Exercise requirements: All that should be output is the block of lines below from the line with "e33 v17 v29 LINE" to the line with "v33 (-3.229072,-45.72,11.837785)", both included, exactly as written.

Extracted data:
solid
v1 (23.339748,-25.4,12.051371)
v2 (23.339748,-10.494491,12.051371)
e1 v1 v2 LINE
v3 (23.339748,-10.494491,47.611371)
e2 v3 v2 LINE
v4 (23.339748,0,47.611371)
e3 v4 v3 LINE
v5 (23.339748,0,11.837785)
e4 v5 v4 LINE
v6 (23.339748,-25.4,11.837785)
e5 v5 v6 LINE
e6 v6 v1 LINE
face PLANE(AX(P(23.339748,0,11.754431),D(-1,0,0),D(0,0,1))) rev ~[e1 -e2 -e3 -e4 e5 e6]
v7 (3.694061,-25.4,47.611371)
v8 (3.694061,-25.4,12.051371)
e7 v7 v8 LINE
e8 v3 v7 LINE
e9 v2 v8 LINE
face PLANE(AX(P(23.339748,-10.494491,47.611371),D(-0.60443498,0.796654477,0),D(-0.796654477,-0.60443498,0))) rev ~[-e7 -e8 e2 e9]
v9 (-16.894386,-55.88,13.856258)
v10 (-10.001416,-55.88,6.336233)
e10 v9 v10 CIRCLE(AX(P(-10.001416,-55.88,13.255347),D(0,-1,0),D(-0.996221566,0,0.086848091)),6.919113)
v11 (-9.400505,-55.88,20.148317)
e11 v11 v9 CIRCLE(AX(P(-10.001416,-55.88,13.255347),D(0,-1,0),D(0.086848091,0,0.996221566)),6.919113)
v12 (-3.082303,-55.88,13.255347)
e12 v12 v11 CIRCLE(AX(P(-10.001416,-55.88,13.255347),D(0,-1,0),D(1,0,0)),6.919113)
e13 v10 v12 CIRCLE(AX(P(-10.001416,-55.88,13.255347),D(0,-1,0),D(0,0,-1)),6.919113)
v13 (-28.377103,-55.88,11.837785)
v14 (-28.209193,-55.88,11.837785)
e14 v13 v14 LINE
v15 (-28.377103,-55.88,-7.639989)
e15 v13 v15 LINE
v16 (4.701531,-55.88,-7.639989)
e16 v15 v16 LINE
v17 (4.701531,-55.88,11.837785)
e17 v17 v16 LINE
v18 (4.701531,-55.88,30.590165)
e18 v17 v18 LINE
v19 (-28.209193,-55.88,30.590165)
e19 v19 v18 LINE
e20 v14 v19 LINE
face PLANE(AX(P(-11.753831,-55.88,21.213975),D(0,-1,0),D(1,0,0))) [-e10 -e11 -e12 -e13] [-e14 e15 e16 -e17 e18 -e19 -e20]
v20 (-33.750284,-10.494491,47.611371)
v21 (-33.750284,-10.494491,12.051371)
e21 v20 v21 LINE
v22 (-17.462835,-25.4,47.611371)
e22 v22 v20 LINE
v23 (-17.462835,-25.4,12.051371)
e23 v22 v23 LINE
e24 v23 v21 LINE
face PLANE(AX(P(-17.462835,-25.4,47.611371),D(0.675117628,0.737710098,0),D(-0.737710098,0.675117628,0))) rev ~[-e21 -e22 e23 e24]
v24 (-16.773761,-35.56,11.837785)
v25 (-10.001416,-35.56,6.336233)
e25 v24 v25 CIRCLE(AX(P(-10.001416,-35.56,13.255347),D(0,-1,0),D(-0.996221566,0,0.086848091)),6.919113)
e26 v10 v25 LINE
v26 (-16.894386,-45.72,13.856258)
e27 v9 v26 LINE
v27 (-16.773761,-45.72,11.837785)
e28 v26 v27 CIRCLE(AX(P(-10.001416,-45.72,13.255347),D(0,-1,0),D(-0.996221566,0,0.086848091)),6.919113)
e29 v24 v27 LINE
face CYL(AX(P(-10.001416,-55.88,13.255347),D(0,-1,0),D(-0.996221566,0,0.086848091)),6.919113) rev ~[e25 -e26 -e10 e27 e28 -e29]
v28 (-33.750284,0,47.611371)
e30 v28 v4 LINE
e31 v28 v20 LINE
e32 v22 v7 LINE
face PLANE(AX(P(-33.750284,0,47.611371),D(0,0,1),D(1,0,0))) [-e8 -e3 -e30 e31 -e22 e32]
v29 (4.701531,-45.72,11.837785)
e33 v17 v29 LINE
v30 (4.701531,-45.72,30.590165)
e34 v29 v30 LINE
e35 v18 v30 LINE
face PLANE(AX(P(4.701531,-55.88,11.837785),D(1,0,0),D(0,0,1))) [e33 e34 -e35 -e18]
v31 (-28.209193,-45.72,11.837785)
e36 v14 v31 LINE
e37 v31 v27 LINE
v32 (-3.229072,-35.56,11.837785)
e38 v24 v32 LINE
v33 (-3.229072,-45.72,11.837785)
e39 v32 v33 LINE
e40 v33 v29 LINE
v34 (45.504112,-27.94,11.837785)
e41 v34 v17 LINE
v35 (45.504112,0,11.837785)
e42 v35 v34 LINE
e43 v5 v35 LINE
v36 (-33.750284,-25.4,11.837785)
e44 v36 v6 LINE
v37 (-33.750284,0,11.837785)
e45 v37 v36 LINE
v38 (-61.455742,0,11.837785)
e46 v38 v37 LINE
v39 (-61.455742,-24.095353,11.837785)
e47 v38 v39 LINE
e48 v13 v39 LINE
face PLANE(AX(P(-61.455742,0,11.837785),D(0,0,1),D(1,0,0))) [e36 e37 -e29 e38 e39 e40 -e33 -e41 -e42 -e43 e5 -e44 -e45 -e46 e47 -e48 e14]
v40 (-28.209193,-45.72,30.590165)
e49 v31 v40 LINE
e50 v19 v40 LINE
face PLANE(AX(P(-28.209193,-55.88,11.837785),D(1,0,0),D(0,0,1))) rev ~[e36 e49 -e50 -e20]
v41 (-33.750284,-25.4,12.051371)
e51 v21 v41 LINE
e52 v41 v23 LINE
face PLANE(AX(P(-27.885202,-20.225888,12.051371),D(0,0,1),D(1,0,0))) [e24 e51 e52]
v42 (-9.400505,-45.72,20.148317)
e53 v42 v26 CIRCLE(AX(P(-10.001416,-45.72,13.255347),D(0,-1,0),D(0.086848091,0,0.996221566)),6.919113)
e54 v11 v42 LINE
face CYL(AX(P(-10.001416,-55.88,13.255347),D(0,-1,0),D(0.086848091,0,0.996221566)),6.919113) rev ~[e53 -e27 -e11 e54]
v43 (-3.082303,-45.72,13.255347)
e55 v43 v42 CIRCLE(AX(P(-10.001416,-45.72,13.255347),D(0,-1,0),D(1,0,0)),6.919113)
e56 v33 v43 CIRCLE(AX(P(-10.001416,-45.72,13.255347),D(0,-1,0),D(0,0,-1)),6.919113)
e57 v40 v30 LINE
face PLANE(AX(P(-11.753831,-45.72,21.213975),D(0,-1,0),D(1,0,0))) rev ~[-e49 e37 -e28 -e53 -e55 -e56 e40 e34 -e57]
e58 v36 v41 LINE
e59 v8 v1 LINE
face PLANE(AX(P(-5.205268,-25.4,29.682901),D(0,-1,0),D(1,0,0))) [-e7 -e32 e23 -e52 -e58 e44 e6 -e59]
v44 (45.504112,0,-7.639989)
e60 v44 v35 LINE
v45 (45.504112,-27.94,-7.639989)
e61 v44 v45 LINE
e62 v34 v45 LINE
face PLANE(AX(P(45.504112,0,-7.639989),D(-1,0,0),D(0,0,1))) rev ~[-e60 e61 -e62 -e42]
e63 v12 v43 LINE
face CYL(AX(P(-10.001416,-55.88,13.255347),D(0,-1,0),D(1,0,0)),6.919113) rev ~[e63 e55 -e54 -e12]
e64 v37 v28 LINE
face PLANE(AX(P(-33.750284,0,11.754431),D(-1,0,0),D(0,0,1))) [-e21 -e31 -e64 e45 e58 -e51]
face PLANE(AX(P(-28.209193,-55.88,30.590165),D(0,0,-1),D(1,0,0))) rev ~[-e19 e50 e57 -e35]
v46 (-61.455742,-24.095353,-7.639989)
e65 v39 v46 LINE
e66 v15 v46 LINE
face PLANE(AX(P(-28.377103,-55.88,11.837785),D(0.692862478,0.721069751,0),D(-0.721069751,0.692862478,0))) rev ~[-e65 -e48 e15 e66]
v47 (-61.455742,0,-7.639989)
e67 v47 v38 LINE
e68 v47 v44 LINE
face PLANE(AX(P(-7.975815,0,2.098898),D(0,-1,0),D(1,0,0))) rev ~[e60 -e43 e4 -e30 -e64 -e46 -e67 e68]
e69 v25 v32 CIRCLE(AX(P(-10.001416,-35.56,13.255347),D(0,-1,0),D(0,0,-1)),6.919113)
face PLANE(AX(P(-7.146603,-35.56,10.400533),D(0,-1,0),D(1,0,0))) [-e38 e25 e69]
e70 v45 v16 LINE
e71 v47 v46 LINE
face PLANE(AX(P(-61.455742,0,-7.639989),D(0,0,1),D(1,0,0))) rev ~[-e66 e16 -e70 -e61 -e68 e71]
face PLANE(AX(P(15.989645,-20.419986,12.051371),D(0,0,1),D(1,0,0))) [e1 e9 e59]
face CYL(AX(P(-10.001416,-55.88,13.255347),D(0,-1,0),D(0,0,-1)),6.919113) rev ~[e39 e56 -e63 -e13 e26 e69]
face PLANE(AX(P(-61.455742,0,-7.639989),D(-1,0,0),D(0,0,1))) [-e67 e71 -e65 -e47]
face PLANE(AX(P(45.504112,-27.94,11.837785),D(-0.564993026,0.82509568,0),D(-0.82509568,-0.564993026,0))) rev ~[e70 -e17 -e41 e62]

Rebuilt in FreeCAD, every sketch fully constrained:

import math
import FreeCAD as App
import Part
import Sketcher

V = App.Vector
Q = App.Units.Quantity

doc = App.newDocument("Part")
body = doc.addObject("PartDesign::Body", "Body")

# Sketch on XZ plane
sketch1 = doc.addObject("Sketcher::SketchObject", "Sketch")
body.addObject(sketch1)
sketch1.AttachmentSupport = (doc.XZ_Plane, [""])
sketch1.MapMode = "FlatFace"
sketch1.addGeometry(Part.LineSegment(V(-61, 12, 0), V(-61, -8, 0)), False)
sketch1.addGeometry(Part.LineSegment(V(-61, -8, 0), V(46, -8, 0)), False)
sketch1.addGeometry(Part.LineSegment(V(46, -8, 0), V(46, 12, 0)), False)
sketch1.addGeometry(Part.LineSegment(V(46, 12, 0), V(-61, 12, 0)), False)
sketch1.addConstraint(Sketcher.Constraint("Coincident", 0, 2, 1, 1))
sketch1.addConstraint(Sketcher.Constraint("Coincident", 1, 2, 2, 1))
sketch1.addConstraint(Sketcher.Constraint("Coincident", 2, 2, 3, 1))
sketch1.addConstraint(Sketcher.Constraint("Coincident", 3, 2, 0, 1))
sketch1.addConstraint(Sketcher.Constraint("Vertical", 0))
sketch1.addConstraint(Sketcher.Constraint("Horizontal", 1))
sketch1.addConstraint(Sketcher.Constraint("Vertical", 2))
sketch1.addConstraint(Sketcher.Constraint("Horizontal", 3))
sketch1.addConstraint(Sketcher.Constraint("DistanceX", 1, 1, 1, 2, Q("106.959853 mm")))
sketch1.addConstraint(Sketcher.Constraint("DistanceY", 0, 2, 0, 1, Q("19.477774 mm")))
sketch1.addConstraint(Sketcher.Constraint("DistanceX", 0, 2, -1, 1, Q("61.455742 mm")))
sketch1.addConstraint(Sketcher.Constraint("DistanceY", 0, 2, -1, 1, Q("7.639989 mm")))
pad1 = doc.addObject("PartDesign::Pad", "Pad")
body.addObject(pad1)
pad1.Profile = sketch1
pad1.Length = Q("2.2 in")

# Sketch on XY plane
sketch2 = doc.addObject("Sketcher::SketchObject", "Sketch001")
body.addObject(sketch2)
sketch2.AttachmentSupport = (doc.XY_Plane, [""])
sketch2.MapMode = "FlatFace"
sketch2.AttachmentOffset = App.Placement(V(0, 0, 11.837785), App.Rotation())
sketch2.addGeometry(Part.LineSegment(V(46, -28, 0), V(5, -56, 0)), False)
sketch2.addGeometry(Part.LineSegment(V(5, -56, 0), V(46, -56, 0)), False)
sketch2.addGeometry(Part.LineSegment(V(46, -56, 0), V(46, -28, 0)), False)
sketch2.addGeometry(Part.LineSegment(V(-61, -56, 0), V(-28, -56, 0)), False)
sketch2.addGeometry(Part.LineSegment(V(-28, -56, 0), V(-61, -24, 0)), False)
sketch2.addGeometry(Part.LineSegment(V(-61, -24, 0), V(-61, -56, 0)), False)
sketch2.addConstraint(Sketcher.Constraint("Coincident", 0, 2, 1, 1))
sketch2.addConstraint(Sketcher.Constraint("Coincident", 1, 2, 2, 1))
sketch2.addConstraint(Sketcher.Constraint("Coincident", 2, 2, 0, 1))
sketch2.addConstraint(Sketcher.Constraint("Coincident", 3, 2, 4, 1))
sketch2.addConstraint(Sketcher.Constraint("Coincident", 4, 2, 5, 1))
sketch2.addConstraint(Sketcher.Constraint("Coincident", 5, 2, 3, 1))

Solution for this problem:
e33 v17 v29 LINE
v30 (4.701531,-45.72,30.590165)
e34 v29 v30 LINE
e35 v18 v30 LINE
face PLANE(AX(P(4.701531,-55.88,11.837785),D(1,0,0),D(0,0,1))) [e33 e34 -e35 -e18]
v31 (-28.209193,-45.72,11.837785)
e36 v14 v31 LINE
e37 v31 v27 LINE
v32 (-3.229072,-35.56,11.837785)
e38 v24 v32 LINE
v33 (-3.229072,-45.72,11.837785)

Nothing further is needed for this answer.